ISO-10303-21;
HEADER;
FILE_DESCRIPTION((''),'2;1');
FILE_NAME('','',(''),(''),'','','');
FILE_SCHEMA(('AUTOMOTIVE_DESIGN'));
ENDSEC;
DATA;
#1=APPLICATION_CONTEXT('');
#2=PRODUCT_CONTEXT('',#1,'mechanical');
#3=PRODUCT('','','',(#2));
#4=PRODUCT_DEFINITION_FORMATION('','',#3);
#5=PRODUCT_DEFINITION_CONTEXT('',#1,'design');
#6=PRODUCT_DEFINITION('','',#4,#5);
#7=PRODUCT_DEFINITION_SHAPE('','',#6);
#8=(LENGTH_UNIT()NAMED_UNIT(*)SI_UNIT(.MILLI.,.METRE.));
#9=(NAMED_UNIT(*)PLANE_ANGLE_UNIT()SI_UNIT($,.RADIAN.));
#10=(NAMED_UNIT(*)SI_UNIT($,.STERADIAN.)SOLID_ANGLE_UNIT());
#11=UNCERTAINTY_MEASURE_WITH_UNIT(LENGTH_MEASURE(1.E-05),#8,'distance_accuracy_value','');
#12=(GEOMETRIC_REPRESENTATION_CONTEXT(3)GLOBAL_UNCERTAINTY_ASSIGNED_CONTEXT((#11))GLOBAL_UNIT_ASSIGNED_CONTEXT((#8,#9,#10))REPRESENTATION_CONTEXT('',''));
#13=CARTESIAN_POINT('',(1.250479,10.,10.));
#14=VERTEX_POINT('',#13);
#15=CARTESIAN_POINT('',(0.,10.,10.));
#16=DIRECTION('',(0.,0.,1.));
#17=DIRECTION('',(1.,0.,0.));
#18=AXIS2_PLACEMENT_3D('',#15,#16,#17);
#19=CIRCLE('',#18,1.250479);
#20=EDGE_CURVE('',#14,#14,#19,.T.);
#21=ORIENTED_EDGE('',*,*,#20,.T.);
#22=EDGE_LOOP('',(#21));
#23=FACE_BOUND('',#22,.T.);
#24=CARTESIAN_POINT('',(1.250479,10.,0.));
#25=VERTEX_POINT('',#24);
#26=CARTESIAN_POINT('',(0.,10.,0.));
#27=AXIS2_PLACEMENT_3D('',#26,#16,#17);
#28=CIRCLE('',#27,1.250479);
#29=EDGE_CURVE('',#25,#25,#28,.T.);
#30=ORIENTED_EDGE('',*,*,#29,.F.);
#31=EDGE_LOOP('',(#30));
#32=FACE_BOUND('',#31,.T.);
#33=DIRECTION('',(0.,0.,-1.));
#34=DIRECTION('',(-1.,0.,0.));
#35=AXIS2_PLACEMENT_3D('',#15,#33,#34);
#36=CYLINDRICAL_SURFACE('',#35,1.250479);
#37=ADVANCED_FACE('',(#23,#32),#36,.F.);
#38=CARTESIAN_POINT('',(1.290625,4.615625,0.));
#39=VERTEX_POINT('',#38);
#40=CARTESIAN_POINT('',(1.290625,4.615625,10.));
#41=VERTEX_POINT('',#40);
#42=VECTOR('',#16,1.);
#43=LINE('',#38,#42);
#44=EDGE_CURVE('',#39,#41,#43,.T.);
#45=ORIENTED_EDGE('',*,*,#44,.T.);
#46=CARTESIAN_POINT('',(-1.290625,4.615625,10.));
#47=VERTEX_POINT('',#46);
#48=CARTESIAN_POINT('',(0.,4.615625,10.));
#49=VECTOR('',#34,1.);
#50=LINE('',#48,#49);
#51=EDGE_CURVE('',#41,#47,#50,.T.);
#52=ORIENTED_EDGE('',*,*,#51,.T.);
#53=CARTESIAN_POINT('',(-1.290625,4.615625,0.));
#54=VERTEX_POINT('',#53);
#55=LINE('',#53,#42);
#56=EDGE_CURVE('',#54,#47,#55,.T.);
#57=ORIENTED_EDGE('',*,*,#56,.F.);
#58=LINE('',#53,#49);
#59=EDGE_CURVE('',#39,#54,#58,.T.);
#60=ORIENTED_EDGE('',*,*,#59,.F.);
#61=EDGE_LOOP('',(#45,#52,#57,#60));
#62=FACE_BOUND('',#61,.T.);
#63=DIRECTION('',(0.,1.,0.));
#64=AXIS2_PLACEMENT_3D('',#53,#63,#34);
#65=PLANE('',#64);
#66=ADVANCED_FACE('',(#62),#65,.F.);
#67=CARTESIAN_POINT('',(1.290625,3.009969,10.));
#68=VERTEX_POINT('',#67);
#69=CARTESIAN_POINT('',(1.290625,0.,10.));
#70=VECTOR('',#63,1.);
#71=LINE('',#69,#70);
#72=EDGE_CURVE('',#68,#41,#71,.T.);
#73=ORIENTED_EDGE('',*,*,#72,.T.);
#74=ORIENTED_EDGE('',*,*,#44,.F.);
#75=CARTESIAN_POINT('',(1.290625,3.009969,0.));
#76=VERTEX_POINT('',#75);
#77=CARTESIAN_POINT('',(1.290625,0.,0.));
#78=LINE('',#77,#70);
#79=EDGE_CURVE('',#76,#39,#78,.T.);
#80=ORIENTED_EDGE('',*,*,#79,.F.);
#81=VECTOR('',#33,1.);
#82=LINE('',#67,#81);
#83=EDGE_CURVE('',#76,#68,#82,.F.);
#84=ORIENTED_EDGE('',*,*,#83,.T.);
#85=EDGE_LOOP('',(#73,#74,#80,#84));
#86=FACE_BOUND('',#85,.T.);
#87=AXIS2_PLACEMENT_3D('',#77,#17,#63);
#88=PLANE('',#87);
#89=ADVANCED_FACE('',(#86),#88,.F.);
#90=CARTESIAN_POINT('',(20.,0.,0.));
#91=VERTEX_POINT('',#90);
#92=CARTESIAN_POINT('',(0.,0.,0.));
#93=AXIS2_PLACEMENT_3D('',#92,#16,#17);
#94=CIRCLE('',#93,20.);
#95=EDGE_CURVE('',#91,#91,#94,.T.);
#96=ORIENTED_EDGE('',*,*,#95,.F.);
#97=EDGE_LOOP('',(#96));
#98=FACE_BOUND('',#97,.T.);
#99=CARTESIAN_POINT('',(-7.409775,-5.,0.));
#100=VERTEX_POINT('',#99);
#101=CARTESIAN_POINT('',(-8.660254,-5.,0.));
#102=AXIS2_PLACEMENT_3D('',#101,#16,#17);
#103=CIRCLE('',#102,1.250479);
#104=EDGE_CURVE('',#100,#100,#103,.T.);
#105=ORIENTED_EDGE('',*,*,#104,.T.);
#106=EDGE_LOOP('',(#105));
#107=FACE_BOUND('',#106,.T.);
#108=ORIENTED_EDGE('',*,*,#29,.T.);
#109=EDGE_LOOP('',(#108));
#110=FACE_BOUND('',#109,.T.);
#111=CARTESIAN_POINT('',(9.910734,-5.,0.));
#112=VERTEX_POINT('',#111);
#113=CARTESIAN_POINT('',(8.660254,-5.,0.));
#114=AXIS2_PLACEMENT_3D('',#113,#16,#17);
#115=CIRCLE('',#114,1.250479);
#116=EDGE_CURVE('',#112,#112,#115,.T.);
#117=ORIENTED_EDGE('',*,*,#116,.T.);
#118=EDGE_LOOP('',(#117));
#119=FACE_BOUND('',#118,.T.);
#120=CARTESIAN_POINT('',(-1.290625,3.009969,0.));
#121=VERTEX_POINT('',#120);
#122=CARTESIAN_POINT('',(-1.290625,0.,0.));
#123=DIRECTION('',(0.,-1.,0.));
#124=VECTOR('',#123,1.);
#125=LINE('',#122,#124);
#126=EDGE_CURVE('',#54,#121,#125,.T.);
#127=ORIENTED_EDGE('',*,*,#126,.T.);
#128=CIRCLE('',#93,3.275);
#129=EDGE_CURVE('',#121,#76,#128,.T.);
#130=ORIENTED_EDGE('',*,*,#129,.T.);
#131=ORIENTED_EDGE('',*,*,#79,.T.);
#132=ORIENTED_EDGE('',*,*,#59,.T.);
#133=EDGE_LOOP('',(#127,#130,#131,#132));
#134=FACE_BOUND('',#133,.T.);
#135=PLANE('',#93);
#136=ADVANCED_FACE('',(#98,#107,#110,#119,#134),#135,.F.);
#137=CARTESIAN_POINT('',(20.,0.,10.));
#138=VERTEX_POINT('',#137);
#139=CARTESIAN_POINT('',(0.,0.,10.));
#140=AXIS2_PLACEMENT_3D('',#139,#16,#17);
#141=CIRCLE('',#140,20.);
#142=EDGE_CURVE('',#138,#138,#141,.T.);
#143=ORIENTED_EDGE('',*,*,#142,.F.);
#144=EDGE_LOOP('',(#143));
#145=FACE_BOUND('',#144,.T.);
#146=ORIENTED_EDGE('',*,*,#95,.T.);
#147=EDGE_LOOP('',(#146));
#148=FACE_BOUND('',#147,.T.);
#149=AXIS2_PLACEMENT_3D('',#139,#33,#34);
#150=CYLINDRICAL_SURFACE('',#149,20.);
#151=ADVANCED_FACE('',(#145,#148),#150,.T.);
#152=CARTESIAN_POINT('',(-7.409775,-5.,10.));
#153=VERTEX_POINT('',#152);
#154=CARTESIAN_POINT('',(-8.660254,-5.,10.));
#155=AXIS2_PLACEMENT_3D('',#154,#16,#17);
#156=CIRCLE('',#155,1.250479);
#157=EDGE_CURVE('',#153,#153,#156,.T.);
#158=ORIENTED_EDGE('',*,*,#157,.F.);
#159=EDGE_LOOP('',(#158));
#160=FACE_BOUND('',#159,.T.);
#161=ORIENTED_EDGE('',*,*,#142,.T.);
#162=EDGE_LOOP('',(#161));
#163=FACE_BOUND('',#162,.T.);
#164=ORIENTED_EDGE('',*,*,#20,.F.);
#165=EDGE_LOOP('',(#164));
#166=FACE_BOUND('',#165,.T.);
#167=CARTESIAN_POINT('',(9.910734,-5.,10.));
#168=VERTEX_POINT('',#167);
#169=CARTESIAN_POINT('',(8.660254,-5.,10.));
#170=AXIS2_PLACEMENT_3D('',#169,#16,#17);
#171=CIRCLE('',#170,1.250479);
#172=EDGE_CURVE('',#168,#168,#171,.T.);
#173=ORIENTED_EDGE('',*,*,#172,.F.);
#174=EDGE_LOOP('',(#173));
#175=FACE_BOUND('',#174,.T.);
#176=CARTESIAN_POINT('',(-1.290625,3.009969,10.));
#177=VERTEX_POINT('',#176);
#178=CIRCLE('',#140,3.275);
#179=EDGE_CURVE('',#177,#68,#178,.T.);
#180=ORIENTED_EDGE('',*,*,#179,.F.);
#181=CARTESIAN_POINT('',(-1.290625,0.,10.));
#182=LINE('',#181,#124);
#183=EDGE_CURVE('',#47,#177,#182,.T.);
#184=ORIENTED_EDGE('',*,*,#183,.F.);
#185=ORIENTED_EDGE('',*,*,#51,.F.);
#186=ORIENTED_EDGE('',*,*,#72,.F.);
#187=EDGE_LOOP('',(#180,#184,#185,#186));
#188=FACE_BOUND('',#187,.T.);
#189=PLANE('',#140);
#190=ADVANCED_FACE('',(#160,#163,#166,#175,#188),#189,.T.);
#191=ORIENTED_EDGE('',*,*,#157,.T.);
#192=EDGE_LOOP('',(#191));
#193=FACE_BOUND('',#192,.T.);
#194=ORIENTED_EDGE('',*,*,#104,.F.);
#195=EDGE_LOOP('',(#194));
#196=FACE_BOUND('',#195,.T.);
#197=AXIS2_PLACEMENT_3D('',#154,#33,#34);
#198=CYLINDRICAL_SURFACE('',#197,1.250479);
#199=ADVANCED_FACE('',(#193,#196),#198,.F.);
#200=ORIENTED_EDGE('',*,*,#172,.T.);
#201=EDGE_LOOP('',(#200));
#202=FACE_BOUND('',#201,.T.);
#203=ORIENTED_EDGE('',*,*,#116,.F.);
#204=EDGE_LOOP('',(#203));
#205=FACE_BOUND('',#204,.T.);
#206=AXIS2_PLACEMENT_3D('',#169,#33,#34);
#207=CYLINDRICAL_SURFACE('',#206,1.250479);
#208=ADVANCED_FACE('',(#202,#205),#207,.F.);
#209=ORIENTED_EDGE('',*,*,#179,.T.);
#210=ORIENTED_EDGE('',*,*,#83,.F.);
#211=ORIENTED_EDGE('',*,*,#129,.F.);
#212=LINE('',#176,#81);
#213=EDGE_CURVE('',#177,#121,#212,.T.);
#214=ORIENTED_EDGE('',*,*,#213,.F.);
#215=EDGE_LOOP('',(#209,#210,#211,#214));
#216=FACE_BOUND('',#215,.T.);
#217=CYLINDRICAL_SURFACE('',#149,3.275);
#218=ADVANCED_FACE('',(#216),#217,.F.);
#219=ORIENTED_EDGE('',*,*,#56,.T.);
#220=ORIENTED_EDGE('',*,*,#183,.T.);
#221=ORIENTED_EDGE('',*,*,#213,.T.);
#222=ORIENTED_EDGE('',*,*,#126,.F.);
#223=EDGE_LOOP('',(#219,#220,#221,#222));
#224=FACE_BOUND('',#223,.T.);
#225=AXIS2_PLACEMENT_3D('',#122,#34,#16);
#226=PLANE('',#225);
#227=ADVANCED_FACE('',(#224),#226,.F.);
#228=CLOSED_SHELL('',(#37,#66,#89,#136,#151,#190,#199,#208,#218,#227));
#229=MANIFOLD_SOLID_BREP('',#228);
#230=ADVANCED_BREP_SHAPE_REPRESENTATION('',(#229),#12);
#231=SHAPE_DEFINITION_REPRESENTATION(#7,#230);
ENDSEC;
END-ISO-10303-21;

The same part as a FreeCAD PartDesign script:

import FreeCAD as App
import Part
import Sketcher
from FreeCAD import Vector


def add_polygon(sketch, points):
    """Adds a closed chain of lines whose ends are joined by coincident constraints."""
    first, n = sketch.GeometryCount, len(points)
    for a, b in zip(points, points[1:] + points[:1]):
        sketch.addGeometry(Part.LineSegment(App.Vector(*a, 0), App.Vector(*b, 0)), False)
    for i in range(n):
        sketch.addConstraint(Sketcher.Constraint("Coincident", first + i, 2, first + (i + 1) % n, 1))

doc = App.newDocument("Part")
body = doc.addObject("PartDesign::Body", "Body")

# Sketch on XY plane
sketch1 = body.newObject("Sketcher::SketchObject", "Sketch")
sketch1.AttachmentSupport = (doc.getObject("XY_Plane"), [""])
sketch1.MapMode = "FlatFace"
sketch1.addGeometry(Part.Circle(Vector(0, 0, 0), Vector(0, 0, 1), 20), False)
sketch1.addGeometry(Part.Circle(Vector(-8.660254, -5, 0), Vector(0, 0, 1), 1.250479), False)
sketch1.addGeometry(Part.Circle(Vector(8.660254, -5, 0), Vector(0, 0, 1), 1.250479), False)
sketch1.addGeometry(Part.Circle(Vector(0, 0, 0), Vector(0, 0, 1), 3.275), False)
sketch1.addGeometry(Part.Circle(Vector(0, 10, 0), Vector(0, 0, 1), 1.250479), False)
sketch1.addConstraint(Sketcher.Constraint("Coincident", 0, 3, -1, 1))
sketch1.addConstraint(Sketcher.Constraint("Coincident", 3, 3, -1, 1))
sketch1.addConstraint(Sketcher.Constraint("Equal", 1, 2))
sketch1.addConstraint(Sketcher.Constraint("Equal", 2, 4))
sketch1.addConstraint(Sketcher.Constraint("Symmetric", 1, 3, 2, 3, -2))
sketch1.addConstraint(Sketcher.Constraint("PointOnObject", 4, 3, -2))
sketch1.addConstraint(Sketcher.Constraint("Diameter", 0, 40.0))
sketch1.addConstraint(Sketcher.Constraint("Diameter", 3, 6.55))
sketch1.addConstraint(Sketcher.Constraint("DistanceY", 1, 3, -1, 1, 5.0))
sketch1.addConstraint(Sketcher.Constraint("DistanceY", -1, 1, 4, 3, 10.0))
sketch1.addConstraint(Sketcher.Constraint("Diameter", 1, 2.500959))
sketch1.addConstraint(Sketcher.Constraint("DistanceX", 1, 3, 2, 3, 17.320508))
pad1 = body.newObject("PartDesign::Pad", "Pad")
pad1.Profile = sketch1
pad1.Length = 10

# Sketch on XY plane
sketch2 = body.newObject("Sketcher::SketchObject", "Sketch001")
sketch2.AttachmentSupport = (doc.getObject("XY_Plane"), [""])
sketch2.MapMode = "FlatFace"
sketch2.AttachmentOffset = App.Placement(Vector(0, 0, 10), App.Rotation())
add_polygon(sketch2, [(-1.290625, 4.615625), (-1.290625, 0), (1.290625, 0), (1.290625, 4.615625)])  # lines 0-3
sketch2.addConstraint(Sketcher.Constraint("Vertical", 0))
sketch2.addConstraint(Sketcher.Constraint("Horizontal", 1))
sketch2.addConstraint(Sketcher.Constraint("Vertical", 2))
sketch2.addConstraint(Sketcher.Constraint("Horizontal", 3))
sketch2.addConstraint(Sketcher.Constraint("Symmetric", 0, 2, 1, 2, -1, 1))
sketch2.addConstraint(Sketcher.Constraint("DistanceX", 1, 1, 1, 2, 2.58125))
sketch2.addConstraint(Sketcher.Constraint("DistanceY", 0, 2, 0, 1, 4.615625))
pocket1 = body.newObject("PartDesign::Pocket", "Pocket")
pocket1.Profile = sketch2
pocket1.Type = "ThroughAll"
pocket1.Midplane = True

doc.recompute()
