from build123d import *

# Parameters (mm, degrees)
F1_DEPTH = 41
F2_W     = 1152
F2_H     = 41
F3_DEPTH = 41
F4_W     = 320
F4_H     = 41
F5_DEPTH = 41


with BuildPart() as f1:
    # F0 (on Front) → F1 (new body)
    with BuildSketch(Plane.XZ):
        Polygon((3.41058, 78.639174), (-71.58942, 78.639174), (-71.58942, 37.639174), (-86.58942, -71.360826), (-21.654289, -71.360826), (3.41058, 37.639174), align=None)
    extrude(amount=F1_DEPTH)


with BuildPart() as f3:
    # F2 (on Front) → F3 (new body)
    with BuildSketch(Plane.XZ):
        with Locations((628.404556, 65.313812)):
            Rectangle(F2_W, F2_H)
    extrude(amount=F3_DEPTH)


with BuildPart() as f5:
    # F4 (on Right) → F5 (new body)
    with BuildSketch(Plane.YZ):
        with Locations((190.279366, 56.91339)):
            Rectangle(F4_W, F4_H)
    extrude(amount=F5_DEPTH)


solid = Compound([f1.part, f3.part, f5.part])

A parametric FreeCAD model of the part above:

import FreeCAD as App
import Part
import Sketcher

doc = App.newDocument("Part")
body = doc.addObject("PartDesign::Body", "Body")

# Sketch on XZ plane
sketch1 = doc.addObject("Sketcher::SketchObject", "Sketch")
body.addObject(sketch1)
sketch1.AttachmentSupport = (doc.XZ_Plane, [""])
sketch1.MapMode = "FlatFace"
sketch1.addGeometry([
    Part.LineSegment(App.Vector(3, 79, 0), App.Vector(-72, 79, 0)),  # 0
    Part.LineSegment(App.Vector(-72, 79, 0), App.Vector(-72, 38, 0)),  # 1
    Part.LineSegment(App.Vector(-72, 38, 0), App.Vector(-87, -71, 0)),  # 2
    Part.LineSegment(App.Vector(-87, -71, 0), App.Vector(-22, -71, 0)),  # 3
    Part.LineSegment(App.Vector(-22, -71, 0), App.Vector(3, 38, 0)),  # 4
    Part.LineSegment(App.Vector(3, 38, 0), App.Vector(3, 79, 0)),  # 5
], False)
sketch1.addConstraint([
    Sketcher.Constraint("Coincident", 0, 2, 1, 1),
    Sketcher.Constraint("Coincident", 1, 2, 2, 1),
    Sketcher.Constraint("Coincident", 2, 2, 3, 1),
    Sketcher.Constraint("Coincident", 3, 2, 4, 1),
    Sketcher.Constraint("Coincident", 4, 2, 5, 1),
    Sketcher.Constraint("Coincident", 5, 2, 0, 1),
    Sketcher.Constraint("Horizontal", 0),
    Sketcher.Constraint("Vertical", 1),
    Sketcher.Constraint("Horizontal", 3),
    Sketcher.Constraint("Vertical", 5),
    Sketcher.Constraint("Horizontal", 1, 2, 4, 2),
    Sketcher.Constraint("DistanceX", 0, 2, 0, 1, 75.0),
    Sketcher.Constraint("DistanceY", 1, 2, 1, 1, 41.0),
    Sketcher.Constraint("DistanceX", 2, 2, 1, 2, 15.0),
    Sketcher.Constraint("DistanceY", 2, 2, 1, 2, 109.0),
    Sketcher.Constraint("DistanceX", 3, 1, 3, 2, 64.935131),
    Sketcher.Constraint("DistanceX", 0, 2, -1, 1, 71.58942),
    Sketcher.Constraint("DistanceY", -1, 1, 0, 2, 78.639174),
])
pad1 = doc.addObject("PartDesign::Pad", "Pad")
body.addObject(pad1)
pad1.Profile = sketch1
pad1.Length = 41
body2 = doc.addObject("PartDesign::Body", "Body001")

# Sketch on XZ plane
sketch2 = doc.addObject("Sketcher::SketchObject", "Sketch001")
body2.addObject(sketch2)
sketch2.AttachmentSupport = (doc.getObject("XZ_Plane001"), [""])
sketch2.MapMode = "FlatFace"
sketch2.addGeometry([
    Part.LineSegment(App.Vector(52, 86, 0), App.Vector(52, 45, 0)),
    Part.LineSegment(App.Vector(52, 45, 0), App.Vector(1204, 45, 0)),
    Part.LineSegment(App.Vector(1204, 45, 0), App.Vector(1204, 86, 0)),
    Part.LineSegment(App.Vector(1204, 86, 0), App.Vector(52, 86, 0)),
], False)
sketch2.addConstraint([
    Sketcher.Constraint("Coincident", 0, 2, 1, 1),
    Sketcher.Constraint("Coincident", 1, 2, 2, 1),
    Sketcher.Constraint("Coincident", 2, 2, 3, 1),
    Sketcher.Constraint("Coincident", 3, 2, 0, 1),
    Sketcher.Constraint("Vertical", 0),
    Sketcher.Constraint("Horizontal", 1),
    Sketcher.Constraint("Vertical", 2),
    Sketcher.Constraint("Horizontal", 3),
    Sketcher.Constraint("DistanceX", 1, 1, 1, 2, 1152.0),
    Sketcher.Constraint("DistanceY", 0, 2, 0, 1, 41.0),
    Sketcher.Constraint("DistanceY", -1, 1, 2, 2, 85.813812),
    Sketcher.Constraint("DistanceX", -1, 1, 0, 2, 52.404556),
])
pad2 = doc.addObject("PartDesign::Pad", "Pad001")
body2.addObject(pad2)
pad2.Profile = sketch2
pad2.Length = 41
body3 = doc.addObject("PartDesign::Body", "Body002")

# Sketch on YZ plane
sketch3 = doc.addObject("Sketcher::SketchObject", "Sketch002")
body3.addObject(sketch3)
sketch3.AttachmentSupport = (doc.getObject("YZ_Plane002"), [""])
sketch3.MapMode = "FlatFace"
sketch3.addGeometry([
    Part.LineSegment(App.Vector(30, 77, 0), App.Vector(30, 36, 0)),
    Part.LineSegment(App.Vector(30, 36, 0), App.Vector(350, 36, 0)),
    Part.LineSegment(App.Vector(350, 36, 0), App.Vector(350, 77, 0)),
    Part.LineSegment(App.Vector(350, 77, 0), App.Vector(30, 77, 0)),
], False)
sketch3.addConstraint([
    Sketcher.Constraint("Coincident", 0, 2, 1, 1),
    Sketcher.Constraint("Coincident", 1, 2, 2, 1),
    Sketcher.Constraint("Coincident", 2, 2, 3, 1),
    Sketcher.Constraint("Coincident", 3, 2, 0, 1),
    Sketcher.Constraint("Vertical", 0),
    Sketcher.Constraint("Horizontal", 1),
    Sketcher.Constraint("Vertical", 2),
    Sketcher.Constraint("Horizontal", 3),
    Sketcher.Constraint("DistanceX", 1, 1, 1, 2, 320.0),
    Sketcher.Constraint("DistanceY", 0, 2, 0, 1, 41.0),
    Sketcher.Constraint("DistanceY", -1, 1, 0, 2, 36.41339),
    Sketcher.Constraint("DistanceX", -1, 1, 0, 2, 30.279366),
])
pad3 = doc.addObject("PartDesign::Pad", "Pad002")
body3.addObject(pad3)
pad3.Profile = sketch3
pad3.Length = 41

doc.recompute()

— What the exercise asks —
Only lines containing the word "Rectangle" should be copied from the material above.

— Exercise answer —
            Rectangle(F2_W, F2_H)
            Rectangle(F4_W, F4_H)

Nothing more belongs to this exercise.